Режиссерские игры под музыку Бетховена
№6 (194), сентябрь 2020
Так совпало, что именно в 250-летний юбилей Людвига ван Бетховена в мире происходят события, контурно напоминающие сюжет оперы «Фиделио»: политические волнения, муж в заключении и жена в роли освободительницы. Постановка молодого немецкого режиссера Тобиаса Кратцера для театра «Ковент-Гарден» (премьера состоялась в Лондоне в марте нынешнего года) резонирует с происходящим сегодня на уровне механизма подобия. Впрочем, при всей считываемости, до конца внятной эту постановку Кратцера ни в коем случае не назовешь. Режиссер увлеченно играет со зрителем и путается в своих же придуманных правилах. Неоновая рамка, обрамляя сценический короб, снимает искренность с полностью аутентичного первого действия. Классические декорации, скупость актерской игры, сухо и точно исполненная партитура (дирижер Антонио Паппано) – все это Кратцер превращает в ирреальную жизнь по ту сторону светящейся витрины. Даже каст солистов как будто специально подобран с учетом этой дистанции: словно из-за стекла звучит матовый голос сопрано Аманды Форсайт (Марселина) и насыщенный бас Георга Цеппенфельда (Рокко).

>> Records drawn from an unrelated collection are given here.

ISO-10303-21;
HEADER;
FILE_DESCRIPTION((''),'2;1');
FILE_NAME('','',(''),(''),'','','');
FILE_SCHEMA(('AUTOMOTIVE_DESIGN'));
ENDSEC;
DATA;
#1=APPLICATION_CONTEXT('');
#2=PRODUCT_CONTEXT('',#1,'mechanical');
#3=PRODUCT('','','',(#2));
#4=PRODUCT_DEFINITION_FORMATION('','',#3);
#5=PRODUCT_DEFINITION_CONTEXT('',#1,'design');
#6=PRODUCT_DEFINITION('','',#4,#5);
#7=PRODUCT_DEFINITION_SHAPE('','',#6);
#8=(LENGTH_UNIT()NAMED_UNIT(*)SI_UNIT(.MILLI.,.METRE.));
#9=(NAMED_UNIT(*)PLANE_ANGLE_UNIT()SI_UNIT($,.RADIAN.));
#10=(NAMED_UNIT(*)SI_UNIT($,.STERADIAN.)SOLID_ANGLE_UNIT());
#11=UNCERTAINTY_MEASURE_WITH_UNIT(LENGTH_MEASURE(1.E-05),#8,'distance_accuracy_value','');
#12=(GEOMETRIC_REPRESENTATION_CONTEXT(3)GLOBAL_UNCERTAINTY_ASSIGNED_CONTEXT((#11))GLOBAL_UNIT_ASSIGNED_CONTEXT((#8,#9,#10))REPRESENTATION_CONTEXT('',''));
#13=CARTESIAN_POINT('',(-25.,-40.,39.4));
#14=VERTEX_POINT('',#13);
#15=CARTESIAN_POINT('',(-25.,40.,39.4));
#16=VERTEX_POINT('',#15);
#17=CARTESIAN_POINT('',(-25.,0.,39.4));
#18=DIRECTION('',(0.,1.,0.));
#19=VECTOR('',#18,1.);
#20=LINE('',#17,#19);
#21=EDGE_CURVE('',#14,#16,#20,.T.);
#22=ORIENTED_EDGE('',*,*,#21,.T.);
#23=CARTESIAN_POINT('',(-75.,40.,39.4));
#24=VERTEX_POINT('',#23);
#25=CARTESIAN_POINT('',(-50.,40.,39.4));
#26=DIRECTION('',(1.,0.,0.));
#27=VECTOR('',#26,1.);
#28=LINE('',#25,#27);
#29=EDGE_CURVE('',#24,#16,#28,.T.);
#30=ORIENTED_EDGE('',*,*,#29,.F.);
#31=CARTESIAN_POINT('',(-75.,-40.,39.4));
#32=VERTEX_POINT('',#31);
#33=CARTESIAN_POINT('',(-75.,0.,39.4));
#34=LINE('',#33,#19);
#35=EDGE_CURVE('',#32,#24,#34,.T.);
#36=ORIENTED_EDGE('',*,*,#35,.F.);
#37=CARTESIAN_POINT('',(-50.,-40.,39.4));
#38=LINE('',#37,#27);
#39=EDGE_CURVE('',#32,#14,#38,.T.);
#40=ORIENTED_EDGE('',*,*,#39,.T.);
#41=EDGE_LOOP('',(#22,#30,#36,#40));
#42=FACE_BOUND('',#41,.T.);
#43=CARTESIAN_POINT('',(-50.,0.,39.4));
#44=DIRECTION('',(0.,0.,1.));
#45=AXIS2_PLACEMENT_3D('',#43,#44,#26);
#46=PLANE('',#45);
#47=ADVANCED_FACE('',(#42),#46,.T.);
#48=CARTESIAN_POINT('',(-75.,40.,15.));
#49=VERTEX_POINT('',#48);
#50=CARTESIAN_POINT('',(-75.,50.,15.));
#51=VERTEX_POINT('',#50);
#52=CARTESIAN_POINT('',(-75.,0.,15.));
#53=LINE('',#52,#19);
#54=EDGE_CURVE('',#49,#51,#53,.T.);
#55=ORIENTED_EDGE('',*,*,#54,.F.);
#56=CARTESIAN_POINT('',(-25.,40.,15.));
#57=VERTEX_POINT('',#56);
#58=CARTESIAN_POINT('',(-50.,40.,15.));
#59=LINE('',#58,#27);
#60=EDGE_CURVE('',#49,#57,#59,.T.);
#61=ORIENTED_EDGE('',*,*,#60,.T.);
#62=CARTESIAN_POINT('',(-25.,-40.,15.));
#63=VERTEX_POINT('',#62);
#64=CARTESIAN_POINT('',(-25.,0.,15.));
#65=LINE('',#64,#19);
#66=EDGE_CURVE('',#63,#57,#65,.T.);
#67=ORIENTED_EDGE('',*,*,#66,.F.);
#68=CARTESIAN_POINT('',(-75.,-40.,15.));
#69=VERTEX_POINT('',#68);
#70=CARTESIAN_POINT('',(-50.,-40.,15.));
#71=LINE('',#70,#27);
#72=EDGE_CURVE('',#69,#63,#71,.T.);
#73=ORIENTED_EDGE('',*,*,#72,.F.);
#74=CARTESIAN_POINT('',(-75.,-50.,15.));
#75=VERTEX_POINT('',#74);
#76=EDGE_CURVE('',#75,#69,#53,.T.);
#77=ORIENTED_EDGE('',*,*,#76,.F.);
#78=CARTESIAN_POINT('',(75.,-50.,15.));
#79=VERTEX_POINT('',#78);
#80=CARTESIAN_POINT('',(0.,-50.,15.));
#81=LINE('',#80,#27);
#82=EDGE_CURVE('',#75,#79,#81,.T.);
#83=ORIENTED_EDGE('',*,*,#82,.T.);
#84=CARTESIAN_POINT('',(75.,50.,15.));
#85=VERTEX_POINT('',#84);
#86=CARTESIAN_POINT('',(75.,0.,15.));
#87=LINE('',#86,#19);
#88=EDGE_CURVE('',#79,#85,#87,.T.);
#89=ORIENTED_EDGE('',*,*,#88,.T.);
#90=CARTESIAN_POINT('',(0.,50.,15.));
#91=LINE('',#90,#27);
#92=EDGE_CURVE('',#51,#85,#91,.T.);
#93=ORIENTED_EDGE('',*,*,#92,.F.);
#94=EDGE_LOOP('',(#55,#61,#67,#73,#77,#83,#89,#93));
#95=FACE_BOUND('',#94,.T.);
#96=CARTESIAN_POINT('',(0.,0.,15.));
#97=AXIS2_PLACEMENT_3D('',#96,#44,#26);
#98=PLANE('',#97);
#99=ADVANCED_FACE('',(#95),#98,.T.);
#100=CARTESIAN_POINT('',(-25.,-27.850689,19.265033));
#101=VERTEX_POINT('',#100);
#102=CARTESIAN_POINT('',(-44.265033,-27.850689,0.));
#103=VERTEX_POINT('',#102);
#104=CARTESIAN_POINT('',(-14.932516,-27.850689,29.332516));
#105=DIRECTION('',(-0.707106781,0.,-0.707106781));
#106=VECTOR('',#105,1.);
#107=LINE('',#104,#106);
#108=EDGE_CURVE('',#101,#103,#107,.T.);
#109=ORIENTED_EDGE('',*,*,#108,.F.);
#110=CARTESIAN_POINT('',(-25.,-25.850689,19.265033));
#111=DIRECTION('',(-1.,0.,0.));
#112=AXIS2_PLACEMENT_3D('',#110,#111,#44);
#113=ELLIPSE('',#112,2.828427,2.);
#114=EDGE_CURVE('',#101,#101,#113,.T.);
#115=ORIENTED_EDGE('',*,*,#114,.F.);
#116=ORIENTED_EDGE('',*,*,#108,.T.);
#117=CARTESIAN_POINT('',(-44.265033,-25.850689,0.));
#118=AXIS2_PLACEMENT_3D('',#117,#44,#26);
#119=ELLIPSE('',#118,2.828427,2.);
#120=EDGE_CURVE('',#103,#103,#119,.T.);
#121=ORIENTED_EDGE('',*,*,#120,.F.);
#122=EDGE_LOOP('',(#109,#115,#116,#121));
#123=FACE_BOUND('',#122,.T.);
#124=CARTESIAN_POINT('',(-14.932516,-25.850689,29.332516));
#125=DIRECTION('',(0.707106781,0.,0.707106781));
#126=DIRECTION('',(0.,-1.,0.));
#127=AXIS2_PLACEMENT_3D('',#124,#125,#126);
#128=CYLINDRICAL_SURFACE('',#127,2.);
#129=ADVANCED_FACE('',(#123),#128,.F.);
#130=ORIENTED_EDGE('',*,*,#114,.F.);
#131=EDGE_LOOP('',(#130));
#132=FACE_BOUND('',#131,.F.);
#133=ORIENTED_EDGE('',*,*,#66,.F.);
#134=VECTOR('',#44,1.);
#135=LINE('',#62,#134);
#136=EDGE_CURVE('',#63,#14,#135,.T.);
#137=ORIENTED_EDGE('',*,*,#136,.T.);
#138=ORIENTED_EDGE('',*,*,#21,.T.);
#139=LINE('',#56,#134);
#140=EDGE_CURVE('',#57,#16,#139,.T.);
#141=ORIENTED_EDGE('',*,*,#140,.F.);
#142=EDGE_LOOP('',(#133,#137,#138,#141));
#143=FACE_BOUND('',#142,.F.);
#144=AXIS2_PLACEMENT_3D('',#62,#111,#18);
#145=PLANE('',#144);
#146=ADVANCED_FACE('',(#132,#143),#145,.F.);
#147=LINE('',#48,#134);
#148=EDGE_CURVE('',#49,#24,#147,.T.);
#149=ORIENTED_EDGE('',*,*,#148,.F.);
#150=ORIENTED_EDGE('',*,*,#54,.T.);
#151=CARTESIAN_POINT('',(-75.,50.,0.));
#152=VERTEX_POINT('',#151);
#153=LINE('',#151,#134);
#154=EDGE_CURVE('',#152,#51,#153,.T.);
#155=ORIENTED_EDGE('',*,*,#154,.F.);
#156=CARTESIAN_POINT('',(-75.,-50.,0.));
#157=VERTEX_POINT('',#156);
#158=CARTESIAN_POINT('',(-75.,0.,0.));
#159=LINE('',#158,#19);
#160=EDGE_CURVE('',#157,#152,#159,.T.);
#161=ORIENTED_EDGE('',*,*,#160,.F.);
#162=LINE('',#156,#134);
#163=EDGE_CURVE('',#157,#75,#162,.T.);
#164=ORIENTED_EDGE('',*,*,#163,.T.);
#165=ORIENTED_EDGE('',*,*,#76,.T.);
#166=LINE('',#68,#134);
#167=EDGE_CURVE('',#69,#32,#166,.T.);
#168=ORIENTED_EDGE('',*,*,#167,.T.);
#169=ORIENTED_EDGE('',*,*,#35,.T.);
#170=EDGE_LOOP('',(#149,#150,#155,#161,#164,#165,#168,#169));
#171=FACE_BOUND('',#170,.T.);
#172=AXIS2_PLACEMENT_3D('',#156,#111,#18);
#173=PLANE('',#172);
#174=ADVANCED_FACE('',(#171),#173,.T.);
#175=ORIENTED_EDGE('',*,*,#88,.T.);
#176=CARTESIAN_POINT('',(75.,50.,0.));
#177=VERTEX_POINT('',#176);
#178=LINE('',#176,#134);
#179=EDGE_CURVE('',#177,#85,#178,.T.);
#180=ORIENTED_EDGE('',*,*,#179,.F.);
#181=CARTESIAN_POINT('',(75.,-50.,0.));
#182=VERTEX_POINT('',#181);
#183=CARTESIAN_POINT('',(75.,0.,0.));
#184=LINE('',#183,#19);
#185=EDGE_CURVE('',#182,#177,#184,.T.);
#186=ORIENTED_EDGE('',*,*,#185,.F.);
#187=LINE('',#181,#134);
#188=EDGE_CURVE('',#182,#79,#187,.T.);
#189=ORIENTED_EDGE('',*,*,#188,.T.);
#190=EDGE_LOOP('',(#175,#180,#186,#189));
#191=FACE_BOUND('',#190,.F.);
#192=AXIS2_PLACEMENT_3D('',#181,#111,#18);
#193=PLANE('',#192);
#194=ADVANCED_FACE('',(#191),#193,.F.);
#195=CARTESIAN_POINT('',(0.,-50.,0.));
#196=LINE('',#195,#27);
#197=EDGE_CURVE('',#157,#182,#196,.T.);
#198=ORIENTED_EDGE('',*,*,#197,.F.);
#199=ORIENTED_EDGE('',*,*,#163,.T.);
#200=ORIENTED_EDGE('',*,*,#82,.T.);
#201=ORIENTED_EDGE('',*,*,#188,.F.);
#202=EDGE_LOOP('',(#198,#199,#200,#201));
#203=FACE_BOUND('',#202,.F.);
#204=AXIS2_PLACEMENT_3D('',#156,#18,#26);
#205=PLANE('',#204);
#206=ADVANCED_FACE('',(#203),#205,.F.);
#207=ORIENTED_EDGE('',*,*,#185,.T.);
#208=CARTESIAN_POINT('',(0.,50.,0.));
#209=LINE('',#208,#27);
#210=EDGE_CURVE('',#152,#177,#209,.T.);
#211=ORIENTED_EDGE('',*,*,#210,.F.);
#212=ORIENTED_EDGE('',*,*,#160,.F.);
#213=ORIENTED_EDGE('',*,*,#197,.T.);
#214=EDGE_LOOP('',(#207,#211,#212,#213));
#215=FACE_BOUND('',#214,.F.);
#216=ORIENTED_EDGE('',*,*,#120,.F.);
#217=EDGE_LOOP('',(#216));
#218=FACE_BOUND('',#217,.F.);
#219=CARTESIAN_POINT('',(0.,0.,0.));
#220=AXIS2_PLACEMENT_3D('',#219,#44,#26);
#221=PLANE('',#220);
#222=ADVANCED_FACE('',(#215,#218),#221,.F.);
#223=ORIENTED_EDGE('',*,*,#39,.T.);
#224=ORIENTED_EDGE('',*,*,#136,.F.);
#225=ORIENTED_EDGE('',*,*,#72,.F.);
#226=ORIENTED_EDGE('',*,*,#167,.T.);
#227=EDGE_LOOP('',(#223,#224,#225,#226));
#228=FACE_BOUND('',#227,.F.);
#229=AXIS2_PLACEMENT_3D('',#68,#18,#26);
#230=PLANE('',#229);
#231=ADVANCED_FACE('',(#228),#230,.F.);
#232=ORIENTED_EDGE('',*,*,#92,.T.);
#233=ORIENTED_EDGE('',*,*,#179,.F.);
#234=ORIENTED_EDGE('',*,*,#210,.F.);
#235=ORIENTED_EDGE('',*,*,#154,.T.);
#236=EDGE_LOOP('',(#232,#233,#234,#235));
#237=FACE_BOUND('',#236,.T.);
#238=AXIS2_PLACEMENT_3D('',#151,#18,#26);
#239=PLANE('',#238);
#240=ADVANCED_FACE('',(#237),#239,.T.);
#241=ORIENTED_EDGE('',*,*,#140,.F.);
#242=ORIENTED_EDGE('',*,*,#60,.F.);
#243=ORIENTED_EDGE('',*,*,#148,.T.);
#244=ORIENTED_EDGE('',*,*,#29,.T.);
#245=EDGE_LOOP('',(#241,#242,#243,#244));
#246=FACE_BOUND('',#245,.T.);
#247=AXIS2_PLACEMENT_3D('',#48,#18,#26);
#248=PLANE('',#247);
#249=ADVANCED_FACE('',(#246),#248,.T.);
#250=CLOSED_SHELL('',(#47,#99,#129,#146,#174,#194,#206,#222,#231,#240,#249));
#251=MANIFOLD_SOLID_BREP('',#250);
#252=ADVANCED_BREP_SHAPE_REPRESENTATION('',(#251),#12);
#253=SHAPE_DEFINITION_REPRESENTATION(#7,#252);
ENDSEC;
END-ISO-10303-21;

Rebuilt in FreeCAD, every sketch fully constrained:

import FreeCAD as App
import Part
import Sketcher
Q = App.Units.Quantity

doc = App.newDocument("Part")
params = doc.addObject("Spreadsheet::Sheet", "Params")
for row, (alias, value) in enumerate([
    ("sketch1_width", "150 mm"),
    ("sketch1_height", "100 mm"),
    ("pad1_length", "15 mm"),
    ("sketch2_width", "50 mm"),
    ("sketch2_height", "80 mm"),
    ("pad2_length", "24.4 mm"),
    ("sketch3_diameter", "4 mm"),
    ("pocket1_length", "64.2 mm"),
], start=1):
    params.set(f"A{row}", alias)
    params.set(f"B{row}", "=" + value)
    params.setAlias(f"B{row}", alias)

body = doc.addObject("PartDesign::Body", "Body")

sketch1 = body.newObject("Sketcher::SketchObject", "Sketch")
sketch1.AttachmentSupport = (doc.getObject("XY_Plane"), [""])
sketch1.MapMode = "FlatFace"
sketch1.addGeometry(Part.LineSegment(App.Vector(-75, 50, 0), App.Vector(-75, -50, 0)), False)
sketch1.addGeometry(Part.LineSegment(App.Vector(-75, -50, 0), App.Vector(75, -50, 0)), False)
sketch1.addGeometry(Part.LineSegment(App.Vector(75, -50, 0), App.Vector(75, 50, 0)), False)
sketch1.addGeometry(Part.LineSegment(App.Vector(75, 50, 0), App.Vector(-75, 50, 0)), False)
sketch1.addConstraint(Sketcher.Constraint("Coincident", 0, 2, 1, 1))
sketch1.addConstraint(Sketcher.Constraint("Coincident", 1, 2, 2, 1))
sketch1.addConstraint(Sketcher.Constraint("Coincident", 2, 2, 3, 1))
sketch1.addConstraint(Sketcher.Constraint("Coincident", 3, 2, 0, 1))
sketch1.addConstraint(Sketcher.Constraint("Vertical", 0))
sketch1.addConstraint(Sketcher.Constraint("Horizontal", 1))
sketch1.addConstraint(Sketcher.Constraint("Vertical", 2))
sketch1.addConstraint(Sketcher.Constraint("Horizontal", 3))
sketch1.addConstraint(Sketcher.Constraint("Symmetric", 0, 2, 2, 2, -1, 1))
sketch1.addConstraint(Sketcher.Constraint("DistanceX", 1, 1, 1, 2, Q("150 mm")))
sketch1.addConstraint(Sketcher.Constraint("DistanceY", 0, 2, 0, 1, Q("100 mm")))
sketch1.setExpression("Constraints[9]", "Params.sketch1_width")
sketch1.setExpression("Constraints[10]", "Params.sketch1_height")
pad1 = body.newObject("PartDesign::Pad", "Pad")
pad1.Profile = sketch1
pad1.setExpression("Length", "Params.pad1_length")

Только Лизе Дэвидсон в партии Фиделио преодолевает пропасть между публикой и сплошь бутафорским первым действием. Ее мощному голосу на сцене, наоборот, ощутимо тесно, а режиссерская трактовка главного персонажа выходит за рамки аутентичной стилизации. В классическом варианте правда о гендерной принадлежности Леоноры, переодевшейся в Фиделио, чтобы вызволить своего мужа из тюрьмы, выясняется лишь в конце. У Кратцера Леоноре трудно скрывать свою женскую природу, и на фоне актерской статики остальных героев, она постоянно ерзает: «Что, черт возьми, происходит» и «Боже, как неловко» – ответила бы она на любовные притязания Марселины, если бы ей не нужно было петь текст начала XIX века. Уже в первом действии у Кратцера Марселина узнает, что на самом деле была влюблена в женщину.
После этого режиссер резко разрушает стену и сокращает дистанцию. Классические декорации сменяет уже не менее классический оперный хай-тек: белый куб сцены, хор в современных черных костюмах; аутентичными остаются лишь главные персонажи, от этого еще меньше похожие на настоящих. Разместив в центре сцены нарочито нелепый пластиковый камень с прикованным к нему иисусоподобным Флорестаном, режиссер буквально заставляет посочувствовать и поверить в происходящее, отдающее диснеевской фальшью. На заднике сцены возникает видео с крупными планами наблюдающих за узником: они то стыдливо опускают глаза, то с ужасом смотрят, то отстраненно поедают снеки. Видя себя словно в зеркале, зритель включается в эту эмпатическую игру, невольно копируя эмоции себе подобных – и невольно испытывая их. К слову, исполнитель партии Флорестана, Дэвид Батт Филипп, появился в этой постановке случайно, успешно заменив всемирно известного тенора Йонаса Кауфмана.
Перенеся гендерную часть развязки в первое действие, а другую оставив в конце, Кратцер усложнил себе задачу. Теперь в финале на антагониста дона Пиццаро пистолет наводит не Леонора, как предписано в либретто, а Марселина – и делает это без каких-либо предпосылок. Ни внятной фем-повестки, ни личных мотиваций у Марселины в постановке Кратцера не возникает, как и не возникает логичного финала, объясняющего всю предыдущую игру со зрителем. Возможно, режиссер увлекся крупной формой и два действия превратились почти в два разных, не связанных между собой спектакля.